Something doesn't add up,if the car you just bought won't run,shouldn't you be talking to the person that sold you the car-or did you buy it as is? I put very little credence in what a seller tells me-until i can prove it myself.

So,you and your buddy worked on it and found the idle mixture screw did nothing,are either of you mechanics? I ask this because of removing the part(secondary actuator diaphragm) that allows the car to run does not make any sense,other than allowing you to manipulate secondary linkage to allow air and fuel in for the engine to run-this is indicating the primary side of carb,including the idle circuit is doing nothing.

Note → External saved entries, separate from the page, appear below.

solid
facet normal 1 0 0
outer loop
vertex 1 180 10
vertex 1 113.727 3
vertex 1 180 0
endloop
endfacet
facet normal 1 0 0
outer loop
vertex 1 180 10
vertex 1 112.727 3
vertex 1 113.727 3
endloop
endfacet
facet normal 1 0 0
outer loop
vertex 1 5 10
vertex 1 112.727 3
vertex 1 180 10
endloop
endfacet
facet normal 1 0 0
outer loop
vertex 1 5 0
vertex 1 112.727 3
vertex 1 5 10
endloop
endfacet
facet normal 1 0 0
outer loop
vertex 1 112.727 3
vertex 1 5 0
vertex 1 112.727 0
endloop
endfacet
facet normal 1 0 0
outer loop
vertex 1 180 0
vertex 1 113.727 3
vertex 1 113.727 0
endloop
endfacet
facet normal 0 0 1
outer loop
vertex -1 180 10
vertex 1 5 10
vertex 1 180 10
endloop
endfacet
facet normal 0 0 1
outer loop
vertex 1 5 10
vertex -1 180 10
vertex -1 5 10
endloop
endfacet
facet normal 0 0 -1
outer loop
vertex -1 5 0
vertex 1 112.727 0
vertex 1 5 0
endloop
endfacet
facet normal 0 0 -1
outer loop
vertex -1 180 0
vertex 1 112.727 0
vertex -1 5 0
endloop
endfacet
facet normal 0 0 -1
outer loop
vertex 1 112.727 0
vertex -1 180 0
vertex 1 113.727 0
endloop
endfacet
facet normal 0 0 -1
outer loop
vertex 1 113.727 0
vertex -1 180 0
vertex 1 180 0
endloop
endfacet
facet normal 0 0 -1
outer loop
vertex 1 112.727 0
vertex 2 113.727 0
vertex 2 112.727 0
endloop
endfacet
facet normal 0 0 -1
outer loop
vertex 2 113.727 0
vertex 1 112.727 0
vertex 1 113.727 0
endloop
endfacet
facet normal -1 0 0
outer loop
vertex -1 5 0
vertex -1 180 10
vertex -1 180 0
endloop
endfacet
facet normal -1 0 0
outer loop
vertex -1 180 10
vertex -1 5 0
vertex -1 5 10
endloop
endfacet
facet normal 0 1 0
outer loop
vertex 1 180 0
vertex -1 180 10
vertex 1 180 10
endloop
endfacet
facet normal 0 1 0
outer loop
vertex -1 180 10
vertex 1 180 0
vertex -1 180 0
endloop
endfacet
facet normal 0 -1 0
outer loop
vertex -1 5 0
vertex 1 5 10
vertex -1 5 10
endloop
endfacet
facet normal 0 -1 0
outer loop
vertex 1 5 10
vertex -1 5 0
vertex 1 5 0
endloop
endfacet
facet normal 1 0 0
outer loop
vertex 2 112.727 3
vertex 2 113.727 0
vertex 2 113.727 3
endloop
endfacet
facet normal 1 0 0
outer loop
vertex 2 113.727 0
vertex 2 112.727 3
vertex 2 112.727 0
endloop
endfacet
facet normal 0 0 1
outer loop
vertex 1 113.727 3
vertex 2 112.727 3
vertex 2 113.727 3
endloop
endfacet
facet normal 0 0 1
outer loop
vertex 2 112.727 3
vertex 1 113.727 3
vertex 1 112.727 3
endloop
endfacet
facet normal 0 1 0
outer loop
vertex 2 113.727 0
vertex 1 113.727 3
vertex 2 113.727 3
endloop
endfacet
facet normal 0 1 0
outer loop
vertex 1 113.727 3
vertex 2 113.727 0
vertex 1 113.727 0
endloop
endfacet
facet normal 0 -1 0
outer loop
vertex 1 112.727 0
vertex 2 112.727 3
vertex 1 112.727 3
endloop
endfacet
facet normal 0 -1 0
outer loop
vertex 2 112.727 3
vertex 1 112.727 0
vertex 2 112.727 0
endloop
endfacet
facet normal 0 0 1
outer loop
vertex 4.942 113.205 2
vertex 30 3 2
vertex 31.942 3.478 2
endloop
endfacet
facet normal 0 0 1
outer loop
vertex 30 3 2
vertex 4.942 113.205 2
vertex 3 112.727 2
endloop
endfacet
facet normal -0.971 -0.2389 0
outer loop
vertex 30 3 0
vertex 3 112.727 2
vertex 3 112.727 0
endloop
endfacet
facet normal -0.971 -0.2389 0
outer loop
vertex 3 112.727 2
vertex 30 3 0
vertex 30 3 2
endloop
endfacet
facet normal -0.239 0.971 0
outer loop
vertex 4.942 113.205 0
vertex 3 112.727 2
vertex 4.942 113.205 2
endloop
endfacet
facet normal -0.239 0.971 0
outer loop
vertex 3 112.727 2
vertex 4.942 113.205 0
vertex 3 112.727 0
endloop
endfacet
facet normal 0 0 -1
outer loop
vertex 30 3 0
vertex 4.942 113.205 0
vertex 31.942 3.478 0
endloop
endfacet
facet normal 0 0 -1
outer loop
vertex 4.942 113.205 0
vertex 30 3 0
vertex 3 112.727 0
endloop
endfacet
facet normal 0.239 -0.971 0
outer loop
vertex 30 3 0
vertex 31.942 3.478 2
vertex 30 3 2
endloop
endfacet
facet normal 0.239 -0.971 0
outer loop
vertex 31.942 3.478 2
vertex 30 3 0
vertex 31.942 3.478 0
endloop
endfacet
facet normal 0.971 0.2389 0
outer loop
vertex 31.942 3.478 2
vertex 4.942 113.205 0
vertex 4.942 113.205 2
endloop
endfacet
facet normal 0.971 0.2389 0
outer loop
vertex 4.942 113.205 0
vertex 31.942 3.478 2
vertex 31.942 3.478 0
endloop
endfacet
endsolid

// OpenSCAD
l1 = 30;

x=3;//6.5//11

ferme = true;
angle = asin((l1-3)/113);



module portail(){
    l2 = 113*cos(angle)+x;
    translate([-1,0,0])cube([2,350/2,10]);
    translate([-1,l2-5,0])cube([3,1,3]);
}

if(ferme){
    translate([0,5,0]) portail();
    translate([l1,x,0]) rotate([0,0,angle]) cube([2,113,2]);
} else {
    translate([0,5,0]) rotate([0,0,-90])portail();
    translate([l1,x,0]) rotate([0,0,-90]) cube([1,77,2]);
}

Anytime adjusting the idle mixture screw makes no difference in how the car runs? would indicate a problem internal to the carburetor or a sizeable vacuum leak which brings us back to you needing to be clear about what you're saying.

To answer your question, mechanical secondary conversion is not the answer to your problem,nor is taking off the secondary actuator. The original REAL problem must be identified and repaired,taking parts off a carburetor is never a fix or the route to take.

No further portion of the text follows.